This is the main problem here. I believe this is the issue that needs clarification before discussing which corner to twist and whether it gives a solving advantage to the competitor. In the case when the twist is spotted right away by at least the judge, according to rule 5b, I don't see the reason how the competitor can "spot the twist, and continue up to whatever point and then twist the corner to correct the state" since the rule only gave the competitor 2 choices when the defect occurs, either to fix, or DNF. I believe cases with unoticed twists should be discussed separately. 

--5b) If a puzzle defect occurs during an attempt, the competitor may choose to either repair the defect and continue the attempt, or to stop the attempt.


----------



## Lchu613 (Jan 4, 2014)

Dene said:


> This is why I advised fixing the issue asap. In my opinion, in your example I would say the correct action to take is to twist one of the oriented corners to make another OLL case, even after doing a sune first.



I would re-orient the corner before doing sune and save myself a bit of trouble. 

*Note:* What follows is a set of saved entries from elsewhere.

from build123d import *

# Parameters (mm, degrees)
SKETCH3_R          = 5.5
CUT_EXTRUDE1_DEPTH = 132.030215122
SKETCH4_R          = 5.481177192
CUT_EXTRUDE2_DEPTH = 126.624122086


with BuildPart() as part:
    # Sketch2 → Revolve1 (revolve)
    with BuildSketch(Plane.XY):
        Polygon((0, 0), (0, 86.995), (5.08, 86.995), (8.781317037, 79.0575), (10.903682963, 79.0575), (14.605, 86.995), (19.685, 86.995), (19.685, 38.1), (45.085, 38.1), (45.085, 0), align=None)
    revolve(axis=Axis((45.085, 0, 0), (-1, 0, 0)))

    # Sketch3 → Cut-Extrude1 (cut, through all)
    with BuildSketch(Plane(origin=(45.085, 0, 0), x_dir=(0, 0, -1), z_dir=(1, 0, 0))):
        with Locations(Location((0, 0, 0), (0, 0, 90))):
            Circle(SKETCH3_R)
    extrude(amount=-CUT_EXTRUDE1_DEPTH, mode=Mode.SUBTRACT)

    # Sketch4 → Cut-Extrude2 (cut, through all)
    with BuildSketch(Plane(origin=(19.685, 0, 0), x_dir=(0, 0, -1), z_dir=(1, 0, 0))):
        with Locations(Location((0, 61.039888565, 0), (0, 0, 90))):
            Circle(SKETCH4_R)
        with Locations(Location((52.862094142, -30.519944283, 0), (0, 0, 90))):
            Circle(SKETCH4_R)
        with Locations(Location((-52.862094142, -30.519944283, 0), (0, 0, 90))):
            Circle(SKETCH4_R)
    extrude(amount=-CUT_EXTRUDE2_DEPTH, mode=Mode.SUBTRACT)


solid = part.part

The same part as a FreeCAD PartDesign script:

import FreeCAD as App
import Part
import Sketcher

V = App.Vector
Q = App.Units.Quantity


def add_polygon(sketch, points):
    """Adds a closed chain of lines whose ends are joined by coincident constraints."""
    first, n = sketch.GeometryCount, len(points)
    for a, b in zip(points, points[1:] + points[:1]):
        sketch.addGeometry(Part.LineSegment(App.Vector(*a, 0), App.Vector(*b, 0)), False)
    for i in range(n):
        sketch.addConstraint(Sketcher.Constraint("Coincident", first + i, 2, first + (i + 1) % n, 1))

doc = App.newDocument("Part")
params = doc.addObject("Spreadsheet::Sheet", "Params")
for row, (alias, value) in enumerate([
    ("sketch1_width", "1 in"),
    ("sketch1_width2", "0.2 in"),
    ("sketch1_height", "1.5 in"),
    ("sketch1_width3", "1.775 in"),
    ("sketch1_height2", "3.425 in"),
    ("revolution_angle", "360 deg"),
], start=1):
    params.set(f"A{row}", alias)
    params.set(f"B{row}", "=" + value)
    params.setAlias(f"B{row}", alias)

body = doc.addObject("PartDesign::Body", "Body")

# Sketch on XY plane
sketch1 = body.newObject("Sketcher::SketchObject", "Sketch")
sketch1.AttachmentSupport = (doc.getObject("XY_Plane"), [""])
sketch1.MapMode = "FlatFace"
add_polygon(sketch1, [(0, 87), (0, 0), (45.1, 0), (45.1, 38.1), (19.7, 38.1), (19.7, 87), (14.6, 87), (10.9, 79.1), (8.8, 79.1), (5.1, 87)])  # lines 0-9
sketch1.addConstraint(Sketcher.Constraint("Vertical", 0))
sketch1.addConstraint(Sketcher.Constraint("Horizontal", 1))
sketch1.addConstraint(Sketcher.Constraint("Vertical", 2))
sketch1.addConstraint(Sketcher.Constraint("Horizontal", 3))
sketch1.addConstraint(Sketcher.Constraint("Vertical", 4))
sketch1.addConstraint(Sketcher.Constraint("Horizontal", 5))
sketch1.addConstraint(Sketcher.Constraint("Horizontal", 7))
sketch1.addConstraint(Sketcher.Constraint("Horizontal", 9))
sketch1.addConstraint(Sketcher.Constraint("Coincident", 0, 2, -1, 1))
sketch1.addConstraint(Sketcher.Constraint("Horizontal", 5, 2, 8, 2))
sketch1.addConstraint(Sketcher.Constraint("Equal", 5, 9))
sketch1.addConstraint(Sketcher.Constraint("Equal", 6, 8))
sketch1.addConstraint(Sketcher.Constraint("DistanceX", 3, 2, 3, 1, Q("1 in")))
sketch1.addConstraint(Sketcher.Constraint("DistanceX", 5, 2, 5, 1, Q("0.2 in")))
sketch1.addConstraint(Sketcher.Constraint("DistanceY", 2, 1, 2, 2, Q("1.5 in")))
sketch1.addConstraint(Sketcher.Constraint("Angle", 6, Q("-115 deg")))
sketch1.addConstraint(Sketcher.Constraint("DistanceX", 1, 1, 1, 2, Q("1.775 in")))
sketch1.addConstraint(Sketcher.Constraint("DistanceY", 0, 2, 0, 1, Q("3.425 in")))
sketch1.addConstraint(Sketcher.Constraint("DistanceY", 6, 2, 5, 2, Q("0.3125 in")))
sketch1.setExpression("Constraints[22]", "Params.sketch1_width")
sketch1.setExpression("Constraints[23]", "Params.sketch1_width2")
sketch1.setExpression("Constraints[24]", "Params.sketch1_height")
sketch1.setExpression("Constraints[26]", "Params.sketch1_width3")
sketch1.setExpression("Constraints[27]", "Params.sketch1_height2")
revolution = body.newObject("PartDesign::Revolution", "Revolution")
revolution.Profile = sketch1
revolution.ReferenceAxis = (sketch1, ["H_Axis"])
revolution.setExpression("Angle", "Params.revolution_angle")

# Sketch on YZ plane
sketch2 = body.newObject("Sketcher::SketchObject", "Sketch001")
sketch2.AttachmentSupport = (doc.getObject("YZ_Plane"), [""])
sketch2.MapMode = "FlatFace"
sketch2.AttachmentOffset = App.Placement(V(0, 0, 1.775 * 25.4), App.Rotation())
sketch2.addGeometry(Part.Circle(V(0, 0, 0), V(0, 0, 1), 6), False)
sketch2.addConstraint(Sketcher.Constraint("Coincident", 0, 3, -1, 1))
sketch2.addConstraint(Sketcher.Constraint("Diameter", 0, 11.0))
pocket1 = body.newObject("PartDesign::Pocket", "Pocket")
pocket1.Profile = sketch2
pocket1.Type = "ThroughAll"

# Sketch on YZ plane
sketch3 = body.newObject("Sketcher::SketchObject", "Sketch002")
sketch3.AttachmentSupport = (doc.getObject("YZ_Plane"), [""])
sketch3.MapMode = "FlatFace"
sketch3.AttachmentOffset = App.Placement(V(0, 0, 0.775 * 25.4), App.Rotation())
sketch3.addGeometry(Part.Circle(V(61, 0, 0), V(0, 0, 1), 5), False)
sketch3.addGeometry(Part.Circle(V(-31, -53, 0), V(0, 0, 1), 5), False)
sketch3.addGeometry(Part.Circle(V(-31, 53, 0), V(0, 0, 1), 5), False)
sketch3.addConstraint(Sketcher.Constraint("Equal", 0, 1))
sketch3.addConstraint(Sketcher.Constraint("Equal", 1, 2))
sketch3.addConstraint(Sketcher.Constraint("Symmetric", 1, 3, 2, 3, -1))
sketch3.addConstraint(Sketcher.Constraint("PointOnObject", 0, 3, -1))
sketch3.addConstraint(Sketcher.Constraint("Diameter", 0, 10.962354))
sketch3.addConstraint(Sketcher.Constraint("DistanceX", -1, 1, 0, 3, 61.039889))
sketch3.addConstraint(Sketcher.Constraint("DistanceY", 1, 3, 2, 3, 105.724188))
sketch3.addConstraint(Sketcher.Constraint("DistanceX", 1, 3, -1, 1, 30.519944))
pocket2 = body.newObject("PartDesign::Pocket", "Pocket001")
pocket2.Profile = sketch3
pocket2.Type = "ThroughAll"

doc.recompute()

I'm guessing you're referring to doing sune before noticing the corner is twisted?


----------



## Angel Lim (Jan 4, 2014)

What happens if during a 3bld you exe perfectly but you end with one corner twist (either by the scrambler or unknowingly by you). Is this a DNF?


----------



## Dene (Jan 4, 2014)

Lchu613 said:


> I'm guessing you're referring to doing sune before noticing the corner is twisted?



Indeed I am.



Angel Lim said:


> What happens if during a 3bld you exe perfectly but you end with one corner twist (either by the scrambler or unknowingly by you). Is this a DNF?



Yes.


----------



## Robert-Y (Jan 4, 2014)

Dene said:


> I don't understand the scenario exactly. Could you elaborate? I have been very clear about my opinion in how to interpret the rules in a case where OLL is "finished" except for one twisted corner.



Ok here's an example. On a solved cube, twist the UFR corner. Do R U R'. Now let's say I'm about to finish F2L, so I do R U' R'. Now I think "Oh look, I accidentally twisted a corner. I guess I'll twist the UFR corner and get a LL skip." This is the correct corner to correct. But you're saying I should twist a different corner instead? Are you saying this is not allowed?

You probably wouldn't even be able to tell me which corner I accidentally twisted.

EDIT: Here's another example. Twist the UFR corner and do an antisune on a solved cube. Let's say I'm about to do OLL and upon inspecting the LL corners, I realise that one of the corners need twisting. So I twist the UFR corner. Now I do a sune and my cube is solved. I *know* when doing a sune will give me a PLL skip. However many cubers don't know this and may obtain an advantage by chance.

However:

--5b2) Any repair to a puzzle must not give the competitor any advantage in solving the puzzle. Penalty: disqualification of the attempt (DNF).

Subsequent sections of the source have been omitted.